ABSTRACT
During early stages of ischemic brain injury, glutamate receptor hyperactivation mediates neuronal death via osmotic cell swelling. Here we show that ischemia and excess NMDA receptor activation – conditions that trigger neuronal swelling -- cause actin filaments to undergo a rapid and extensive reorganization within the somatodendritic compartment. Normally, F-actin is concentrated within dendritic spines, with relatively little F-actin in the dendrite shaft. However, beginning <5 min after incubation of neurons with NMDA, F-actin depolymerizes within dendritic spines and polymerizes into long, stable filament bundles within the dendrite shaft and soma. A similar “actinification” of the somatodendritic compartment occurs after oxygen/glucose deprivation in vitro, and in mouse brain after photothrombotic stroke in vivo. Following transient, sub-lethal NMDA exposure these actin changes spontaneously reverse within 1-2 hours. A combination of Na+, Cl-, water, and Ca2+ entry are all necessary, but not individually sufficient, for induction of actinification. Spine F-actin depolymerization is also required. Actinification is driven by activation of the F-actin polymerization factor inverted formin-2 (INF2).

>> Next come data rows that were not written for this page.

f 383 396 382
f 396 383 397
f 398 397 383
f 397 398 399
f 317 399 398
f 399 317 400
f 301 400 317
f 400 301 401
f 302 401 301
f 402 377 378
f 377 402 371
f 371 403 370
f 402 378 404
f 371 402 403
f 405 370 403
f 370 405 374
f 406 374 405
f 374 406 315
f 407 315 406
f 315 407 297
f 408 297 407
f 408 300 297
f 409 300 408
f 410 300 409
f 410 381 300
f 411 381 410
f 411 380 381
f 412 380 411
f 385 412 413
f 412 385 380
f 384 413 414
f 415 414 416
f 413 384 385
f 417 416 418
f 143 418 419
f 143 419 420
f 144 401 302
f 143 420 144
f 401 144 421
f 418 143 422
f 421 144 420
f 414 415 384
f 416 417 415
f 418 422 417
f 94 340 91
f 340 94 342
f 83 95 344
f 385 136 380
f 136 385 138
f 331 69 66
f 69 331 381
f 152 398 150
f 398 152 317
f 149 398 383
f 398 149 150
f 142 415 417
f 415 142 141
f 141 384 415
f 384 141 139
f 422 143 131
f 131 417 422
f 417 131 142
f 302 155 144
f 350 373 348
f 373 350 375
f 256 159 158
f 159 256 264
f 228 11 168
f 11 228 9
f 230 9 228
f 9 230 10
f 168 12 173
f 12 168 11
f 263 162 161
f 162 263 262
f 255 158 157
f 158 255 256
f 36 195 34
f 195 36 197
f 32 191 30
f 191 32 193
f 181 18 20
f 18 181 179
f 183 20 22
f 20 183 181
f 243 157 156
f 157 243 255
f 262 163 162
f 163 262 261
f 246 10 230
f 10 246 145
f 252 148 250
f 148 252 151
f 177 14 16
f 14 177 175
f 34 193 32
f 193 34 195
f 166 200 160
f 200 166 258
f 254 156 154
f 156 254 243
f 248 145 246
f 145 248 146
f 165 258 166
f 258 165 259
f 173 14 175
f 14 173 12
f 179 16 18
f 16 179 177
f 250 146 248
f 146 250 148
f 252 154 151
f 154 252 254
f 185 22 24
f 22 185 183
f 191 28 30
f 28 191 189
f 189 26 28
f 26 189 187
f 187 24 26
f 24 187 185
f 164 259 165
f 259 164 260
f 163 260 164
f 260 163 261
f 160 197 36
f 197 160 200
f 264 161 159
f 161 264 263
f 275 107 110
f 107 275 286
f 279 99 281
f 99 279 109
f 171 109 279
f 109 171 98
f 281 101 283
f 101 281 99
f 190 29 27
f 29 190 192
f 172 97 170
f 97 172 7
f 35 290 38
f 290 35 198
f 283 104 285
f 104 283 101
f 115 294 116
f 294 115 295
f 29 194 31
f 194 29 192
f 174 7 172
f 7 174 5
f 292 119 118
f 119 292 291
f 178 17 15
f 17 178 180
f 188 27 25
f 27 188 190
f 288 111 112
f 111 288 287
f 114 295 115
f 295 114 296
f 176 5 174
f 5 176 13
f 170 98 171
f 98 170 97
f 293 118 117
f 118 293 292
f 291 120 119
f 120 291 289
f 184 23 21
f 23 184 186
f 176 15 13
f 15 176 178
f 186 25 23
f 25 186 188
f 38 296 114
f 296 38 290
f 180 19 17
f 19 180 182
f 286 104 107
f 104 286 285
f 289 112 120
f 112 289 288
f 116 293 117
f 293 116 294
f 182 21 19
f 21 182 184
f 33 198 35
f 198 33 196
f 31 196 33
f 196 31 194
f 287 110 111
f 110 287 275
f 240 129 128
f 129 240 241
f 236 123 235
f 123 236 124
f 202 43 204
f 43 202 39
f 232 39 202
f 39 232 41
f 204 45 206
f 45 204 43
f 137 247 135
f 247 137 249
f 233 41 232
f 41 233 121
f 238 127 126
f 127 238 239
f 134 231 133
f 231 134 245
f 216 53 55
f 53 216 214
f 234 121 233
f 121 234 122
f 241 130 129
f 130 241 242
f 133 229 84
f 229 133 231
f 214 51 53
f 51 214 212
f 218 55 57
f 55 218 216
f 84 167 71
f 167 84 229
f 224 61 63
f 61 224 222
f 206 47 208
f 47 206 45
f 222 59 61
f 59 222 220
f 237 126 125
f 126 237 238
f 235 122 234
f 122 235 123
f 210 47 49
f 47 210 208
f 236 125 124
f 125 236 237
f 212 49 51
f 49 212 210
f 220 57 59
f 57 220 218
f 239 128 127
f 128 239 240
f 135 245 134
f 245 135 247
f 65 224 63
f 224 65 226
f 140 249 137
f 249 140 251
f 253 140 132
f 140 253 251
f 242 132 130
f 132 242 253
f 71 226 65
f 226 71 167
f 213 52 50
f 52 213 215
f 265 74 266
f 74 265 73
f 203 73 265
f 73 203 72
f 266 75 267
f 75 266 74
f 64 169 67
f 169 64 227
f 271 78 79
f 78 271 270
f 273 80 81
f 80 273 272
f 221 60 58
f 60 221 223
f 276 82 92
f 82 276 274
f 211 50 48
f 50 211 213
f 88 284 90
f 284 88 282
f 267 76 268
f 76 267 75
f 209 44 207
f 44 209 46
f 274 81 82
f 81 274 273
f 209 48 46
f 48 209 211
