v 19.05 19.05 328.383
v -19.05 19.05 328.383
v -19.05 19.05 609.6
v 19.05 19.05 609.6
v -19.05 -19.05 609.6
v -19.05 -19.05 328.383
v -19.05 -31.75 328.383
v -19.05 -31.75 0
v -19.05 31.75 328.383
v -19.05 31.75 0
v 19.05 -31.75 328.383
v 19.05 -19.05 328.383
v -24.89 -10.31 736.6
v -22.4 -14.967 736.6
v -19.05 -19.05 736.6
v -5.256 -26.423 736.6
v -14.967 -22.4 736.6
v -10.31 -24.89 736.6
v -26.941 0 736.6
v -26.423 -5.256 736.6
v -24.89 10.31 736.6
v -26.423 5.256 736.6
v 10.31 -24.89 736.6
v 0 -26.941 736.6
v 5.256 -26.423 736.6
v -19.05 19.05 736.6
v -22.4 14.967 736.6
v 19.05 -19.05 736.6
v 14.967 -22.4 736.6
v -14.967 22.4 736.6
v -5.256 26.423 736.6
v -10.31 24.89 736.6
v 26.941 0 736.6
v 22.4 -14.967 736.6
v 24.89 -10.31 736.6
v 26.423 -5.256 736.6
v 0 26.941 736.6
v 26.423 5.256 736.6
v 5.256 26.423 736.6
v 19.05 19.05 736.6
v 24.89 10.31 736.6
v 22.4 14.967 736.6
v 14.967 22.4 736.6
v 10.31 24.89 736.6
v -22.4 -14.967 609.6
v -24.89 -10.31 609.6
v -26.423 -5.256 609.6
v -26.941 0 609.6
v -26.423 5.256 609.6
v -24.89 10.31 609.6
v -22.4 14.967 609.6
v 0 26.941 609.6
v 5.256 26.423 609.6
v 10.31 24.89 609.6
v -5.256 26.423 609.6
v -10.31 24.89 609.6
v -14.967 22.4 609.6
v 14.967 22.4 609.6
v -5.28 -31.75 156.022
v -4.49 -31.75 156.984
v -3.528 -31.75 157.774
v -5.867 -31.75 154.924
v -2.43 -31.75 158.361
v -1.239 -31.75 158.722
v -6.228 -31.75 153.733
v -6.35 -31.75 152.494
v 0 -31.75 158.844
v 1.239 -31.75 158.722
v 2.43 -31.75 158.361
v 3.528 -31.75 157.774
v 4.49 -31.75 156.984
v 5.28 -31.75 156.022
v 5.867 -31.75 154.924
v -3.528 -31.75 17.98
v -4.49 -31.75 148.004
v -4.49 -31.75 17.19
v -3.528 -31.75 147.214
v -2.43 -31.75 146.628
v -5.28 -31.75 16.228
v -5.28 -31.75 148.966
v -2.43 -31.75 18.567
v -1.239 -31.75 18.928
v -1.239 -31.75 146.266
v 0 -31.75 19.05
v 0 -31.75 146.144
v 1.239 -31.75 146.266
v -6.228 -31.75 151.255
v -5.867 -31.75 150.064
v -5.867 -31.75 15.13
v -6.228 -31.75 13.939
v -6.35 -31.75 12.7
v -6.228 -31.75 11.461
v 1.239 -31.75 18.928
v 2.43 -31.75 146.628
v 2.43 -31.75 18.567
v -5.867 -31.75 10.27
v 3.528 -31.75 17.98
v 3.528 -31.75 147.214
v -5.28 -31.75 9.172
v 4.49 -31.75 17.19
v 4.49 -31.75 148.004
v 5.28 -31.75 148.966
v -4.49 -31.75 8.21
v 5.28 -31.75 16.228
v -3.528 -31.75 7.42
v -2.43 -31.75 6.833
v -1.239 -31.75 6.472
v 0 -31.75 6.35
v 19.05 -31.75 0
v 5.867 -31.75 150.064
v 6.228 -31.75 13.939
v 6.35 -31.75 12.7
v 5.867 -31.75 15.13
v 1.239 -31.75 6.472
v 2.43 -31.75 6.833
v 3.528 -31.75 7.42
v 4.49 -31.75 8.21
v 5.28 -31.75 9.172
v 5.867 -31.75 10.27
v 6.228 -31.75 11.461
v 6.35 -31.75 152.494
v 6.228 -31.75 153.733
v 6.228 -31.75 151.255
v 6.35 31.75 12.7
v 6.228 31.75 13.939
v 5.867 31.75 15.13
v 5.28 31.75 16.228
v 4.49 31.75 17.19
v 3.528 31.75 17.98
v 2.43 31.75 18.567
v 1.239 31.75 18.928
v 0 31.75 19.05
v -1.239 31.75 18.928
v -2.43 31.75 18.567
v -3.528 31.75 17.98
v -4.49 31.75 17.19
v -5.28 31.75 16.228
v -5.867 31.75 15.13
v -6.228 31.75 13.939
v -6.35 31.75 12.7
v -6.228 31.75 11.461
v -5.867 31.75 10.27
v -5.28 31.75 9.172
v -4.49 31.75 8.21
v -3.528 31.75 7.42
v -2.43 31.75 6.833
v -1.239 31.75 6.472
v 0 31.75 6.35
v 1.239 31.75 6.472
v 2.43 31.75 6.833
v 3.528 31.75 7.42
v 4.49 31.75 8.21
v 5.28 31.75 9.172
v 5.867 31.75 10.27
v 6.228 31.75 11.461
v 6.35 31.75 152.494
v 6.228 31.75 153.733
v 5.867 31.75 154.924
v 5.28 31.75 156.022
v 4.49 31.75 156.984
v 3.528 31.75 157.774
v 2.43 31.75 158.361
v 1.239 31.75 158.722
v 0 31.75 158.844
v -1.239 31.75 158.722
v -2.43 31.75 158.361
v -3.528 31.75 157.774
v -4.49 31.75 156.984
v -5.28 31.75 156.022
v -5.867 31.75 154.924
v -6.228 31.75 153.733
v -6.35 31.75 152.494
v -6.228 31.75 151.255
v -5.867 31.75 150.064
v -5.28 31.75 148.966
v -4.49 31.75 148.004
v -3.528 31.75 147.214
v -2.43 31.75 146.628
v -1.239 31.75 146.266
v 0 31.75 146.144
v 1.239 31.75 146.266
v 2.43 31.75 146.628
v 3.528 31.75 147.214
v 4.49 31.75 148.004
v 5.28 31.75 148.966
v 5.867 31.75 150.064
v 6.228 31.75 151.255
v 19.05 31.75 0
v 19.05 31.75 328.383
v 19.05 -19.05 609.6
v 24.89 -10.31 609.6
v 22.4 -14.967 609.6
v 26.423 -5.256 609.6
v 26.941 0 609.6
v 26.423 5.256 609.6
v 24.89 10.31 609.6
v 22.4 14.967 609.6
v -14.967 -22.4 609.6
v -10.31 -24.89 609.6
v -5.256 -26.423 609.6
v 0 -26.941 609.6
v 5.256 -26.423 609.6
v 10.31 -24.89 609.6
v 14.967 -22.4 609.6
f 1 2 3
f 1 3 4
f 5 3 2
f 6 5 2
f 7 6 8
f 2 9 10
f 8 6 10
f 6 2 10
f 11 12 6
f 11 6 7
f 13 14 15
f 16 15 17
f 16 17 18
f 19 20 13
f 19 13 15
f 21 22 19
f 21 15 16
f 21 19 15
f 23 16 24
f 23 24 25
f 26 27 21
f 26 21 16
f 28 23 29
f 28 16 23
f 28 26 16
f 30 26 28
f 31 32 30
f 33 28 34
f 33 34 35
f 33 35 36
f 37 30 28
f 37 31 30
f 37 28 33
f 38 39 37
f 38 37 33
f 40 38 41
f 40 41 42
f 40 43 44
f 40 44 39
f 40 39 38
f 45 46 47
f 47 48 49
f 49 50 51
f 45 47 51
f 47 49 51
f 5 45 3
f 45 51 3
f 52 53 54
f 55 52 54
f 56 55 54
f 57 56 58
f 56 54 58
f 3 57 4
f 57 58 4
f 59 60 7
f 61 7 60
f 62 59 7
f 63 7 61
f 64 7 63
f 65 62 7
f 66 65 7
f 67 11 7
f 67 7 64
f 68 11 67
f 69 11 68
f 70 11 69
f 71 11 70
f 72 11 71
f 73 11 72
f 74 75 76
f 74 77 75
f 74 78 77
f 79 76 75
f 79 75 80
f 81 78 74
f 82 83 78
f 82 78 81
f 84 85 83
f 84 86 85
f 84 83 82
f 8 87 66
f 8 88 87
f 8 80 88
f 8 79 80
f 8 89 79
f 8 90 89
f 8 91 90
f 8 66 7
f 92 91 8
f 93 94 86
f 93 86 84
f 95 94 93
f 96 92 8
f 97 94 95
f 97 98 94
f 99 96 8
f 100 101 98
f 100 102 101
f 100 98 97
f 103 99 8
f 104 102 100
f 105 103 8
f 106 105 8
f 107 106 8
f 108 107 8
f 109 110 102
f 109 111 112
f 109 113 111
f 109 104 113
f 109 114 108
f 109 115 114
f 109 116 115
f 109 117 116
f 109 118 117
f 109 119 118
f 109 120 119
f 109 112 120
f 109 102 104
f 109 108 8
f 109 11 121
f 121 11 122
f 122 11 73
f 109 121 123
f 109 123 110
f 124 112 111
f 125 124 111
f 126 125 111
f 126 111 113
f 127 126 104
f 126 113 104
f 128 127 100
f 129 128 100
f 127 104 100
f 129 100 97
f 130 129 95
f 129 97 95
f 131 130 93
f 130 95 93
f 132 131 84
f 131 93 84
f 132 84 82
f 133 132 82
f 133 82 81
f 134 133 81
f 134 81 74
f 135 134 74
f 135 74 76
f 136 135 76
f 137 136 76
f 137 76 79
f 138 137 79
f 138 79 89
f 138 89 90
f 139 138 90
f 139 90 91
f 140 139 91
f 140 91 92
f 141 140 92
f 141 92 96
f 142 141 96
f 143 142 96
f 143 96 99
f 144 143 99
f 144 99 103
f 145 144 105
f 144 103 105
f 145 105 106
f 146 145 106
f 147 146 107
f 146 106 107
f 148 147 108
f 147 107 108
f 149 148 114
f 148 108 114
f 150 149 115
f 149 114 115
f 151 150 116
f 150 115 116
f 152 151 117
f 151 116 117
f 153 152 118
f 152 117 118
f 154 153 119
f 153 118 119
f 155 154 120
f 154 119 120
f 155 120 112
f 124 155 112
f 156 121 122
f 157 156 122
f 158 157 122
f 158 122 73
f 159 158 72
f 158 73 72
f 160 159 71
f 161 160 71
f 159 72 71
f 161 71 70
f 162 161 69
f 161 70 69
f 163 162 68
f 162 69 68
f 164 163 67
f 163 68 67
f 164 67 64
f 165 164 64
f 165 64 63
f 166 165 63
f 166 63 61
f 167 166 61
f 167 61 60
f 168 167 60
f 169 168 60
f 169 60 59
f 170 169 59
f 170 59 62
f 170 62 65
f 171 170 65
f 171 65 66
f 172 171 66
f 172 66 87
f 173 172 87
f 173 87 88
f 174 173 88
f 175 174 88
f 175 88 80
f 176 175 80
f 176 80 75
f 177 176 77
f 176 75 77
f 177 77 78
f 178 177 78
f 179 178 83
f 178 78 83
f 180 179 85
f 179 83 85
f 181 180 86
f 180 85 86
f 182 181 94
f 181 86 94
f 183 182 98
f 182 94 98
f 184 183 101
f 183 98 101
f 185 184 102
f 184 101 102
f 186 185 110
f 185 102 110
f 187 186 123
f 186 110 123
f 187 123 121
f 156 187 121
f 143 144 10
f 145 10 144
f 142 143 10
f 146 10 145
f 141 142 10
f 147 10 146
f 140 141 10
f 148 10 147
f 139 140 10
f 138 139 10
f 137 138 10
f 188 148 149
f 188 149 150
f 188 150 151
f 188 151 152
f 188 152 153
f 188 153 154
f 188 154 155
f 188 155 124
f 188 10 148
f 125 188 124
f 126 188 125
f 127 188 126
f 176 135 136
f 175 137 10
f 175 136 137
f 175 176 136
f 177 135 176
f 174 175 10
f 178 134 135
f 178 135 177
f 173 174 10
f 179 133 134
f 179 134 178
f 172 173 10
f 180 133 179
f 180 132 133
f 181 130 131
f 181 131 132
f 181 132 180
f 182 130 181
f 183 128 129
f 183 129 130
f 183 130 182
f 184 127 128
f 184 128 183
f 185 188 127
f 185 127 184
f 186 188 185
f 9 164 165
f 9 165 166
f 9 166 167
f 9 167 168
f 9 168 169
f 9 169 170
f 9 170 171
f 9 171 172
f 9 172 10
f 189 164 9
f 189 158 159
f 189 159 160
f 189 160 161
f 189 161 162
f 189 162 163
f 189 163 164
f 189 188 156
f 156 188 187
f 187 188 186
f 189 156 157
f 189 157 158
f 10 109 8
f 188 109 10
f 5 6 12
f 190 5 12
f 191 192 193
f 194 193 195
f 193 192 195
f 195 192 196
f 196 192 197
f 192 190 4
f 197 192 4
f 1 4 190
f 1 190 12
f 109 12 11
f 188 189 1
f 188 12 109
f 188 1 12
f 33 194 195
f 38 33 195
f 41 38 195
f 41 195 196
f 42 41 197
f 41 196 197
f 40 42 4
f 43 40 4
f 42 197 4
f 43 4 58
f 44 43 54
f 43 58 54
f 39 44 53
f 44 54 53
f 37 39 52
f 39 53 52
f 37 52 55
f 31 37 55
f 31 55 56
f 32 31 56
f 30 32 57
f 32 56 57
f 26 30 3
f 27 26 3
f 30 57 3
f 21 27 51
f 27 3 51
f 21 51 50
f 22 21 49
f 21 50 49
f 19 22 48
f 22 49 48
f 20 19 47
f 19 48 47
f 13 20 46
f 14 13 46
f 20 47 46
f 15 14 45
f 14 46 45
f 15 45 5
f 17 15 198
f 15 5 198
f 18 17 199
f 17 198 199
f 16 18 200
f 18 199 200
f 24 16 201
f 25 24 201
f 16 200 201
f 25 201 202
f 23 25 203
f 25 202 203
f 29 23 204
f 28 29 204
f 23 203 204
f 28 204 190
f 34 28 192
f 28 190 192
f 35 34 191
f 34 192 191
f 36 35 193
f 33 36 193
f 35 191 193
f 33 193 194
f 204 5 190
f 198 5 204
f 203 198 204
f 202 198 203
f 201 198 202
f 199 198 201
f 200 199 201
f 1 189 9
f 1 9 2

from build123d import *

# Parameters (mm, degrees)
SKETCH2_W           = 38.1
SKETCH2_H           = 38.1
BOSS_EXTRUDE1_DEPTH = 609.6
SKETCH3_R           = 26.940768363
BOSS_EXTRUDE2_DEPTH = 127
CUT_EXTRUDE2_DEPTH  = 127
BOSS_EXTRUDE3_DEPTH = 38.1
SKETCH6_R           = 6.35
CUT_EXTRUDE4_DEPTH  = 64.5
SKETCH7_R           = 6.35
CUT_EXTRUDE5_DEPTH  = 533.4


with BuildPart() as part:
    # Sketch2 → Boss-Extrude1 (new body)
    with BuildSketch(Plane.XY):
        Rectangle(SKETCH2_W, SKETCH2_H)
    extrude(amount=BOSS_EXTRUDE1_DEPTH)

    # Sketch3 → Boss-Extrude2 (add)
    with BuildSketch(Plane.XY.offset(609.6)):
        Circle(SKETCH3_R)
    extrude(amount=BOSS_EXTRUDE2_DEPTH)

    # Sketch4 → Cut-Extrude2 (cut)
    with BuildSketch(Plane.XZ.offset(19.05)):
        with BuildLine():
            ThreePointArc((-6.35, 152.4), (0, 146.05), (6.35, 152.4))
            Line((6.35, 152.4), (-6.35, 152.4))
        make_face()
        with BuildLine():
            Line((-6.35, 152.4), (6.35, 152.4))
            ThreePointArc((6.35, 152.4), (0, 158.75), (-6.35, 152.4))
        make_face()
    extrude(amount=-CUT_EXTRUDE2_DEPTH, mode=Mode.SUBTRACT)

    # Sketch5 → Boss-Extrude3 (add)
    with BuildSketch(Plane(origin=(19.05, 0, 0), x_dir=(0, 0, -1), z_dir=(1, 0, 0))):
        Polygon((0, 0), (0, 31.75), (-328.383343368, 31.75), (-328.383343368, -31.75), (0, -31.75), align=None)
    extrude(amount=-BOSS_EXTRUDE3_DEPTH)

    # Sketch6 → Cut-Extrude4 (cut, through all)
    with BuildSketch(Plane.XZ.offset(31.75)):
        with Locations((0, 152.494180782)):
            Circle(SKETCH6_R)
    extrude(amount=-CUT_EXTRUDE4_DEPTH, mode=Mode.SUBTRACT)

    # Sketch7 → Cut-Extrude5 (cut)
    with BuildSketch(Plane.XZ.offset(31.75)):
        with Locations((0, 12.7)):
            Circle(SKETCH7_R)
    extrude(amount=-CUT_EXTRUDE5_DEPTH, mode=Mode.SUBTRACT)


solid = part.part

Silencing of INF2 renders neurons more vulnerable to NMDA-induced membrane leakage and cell death, and formin inhibition markedly increases ischemic infarct severity in vivo. These results show that ischemia-induced actin filament reorganization within the dendritic compartment is an intrinsic pro-survival response that protects neurons from death induced by swelling.
Competing Interest Statement
The authors have declared no competing interest.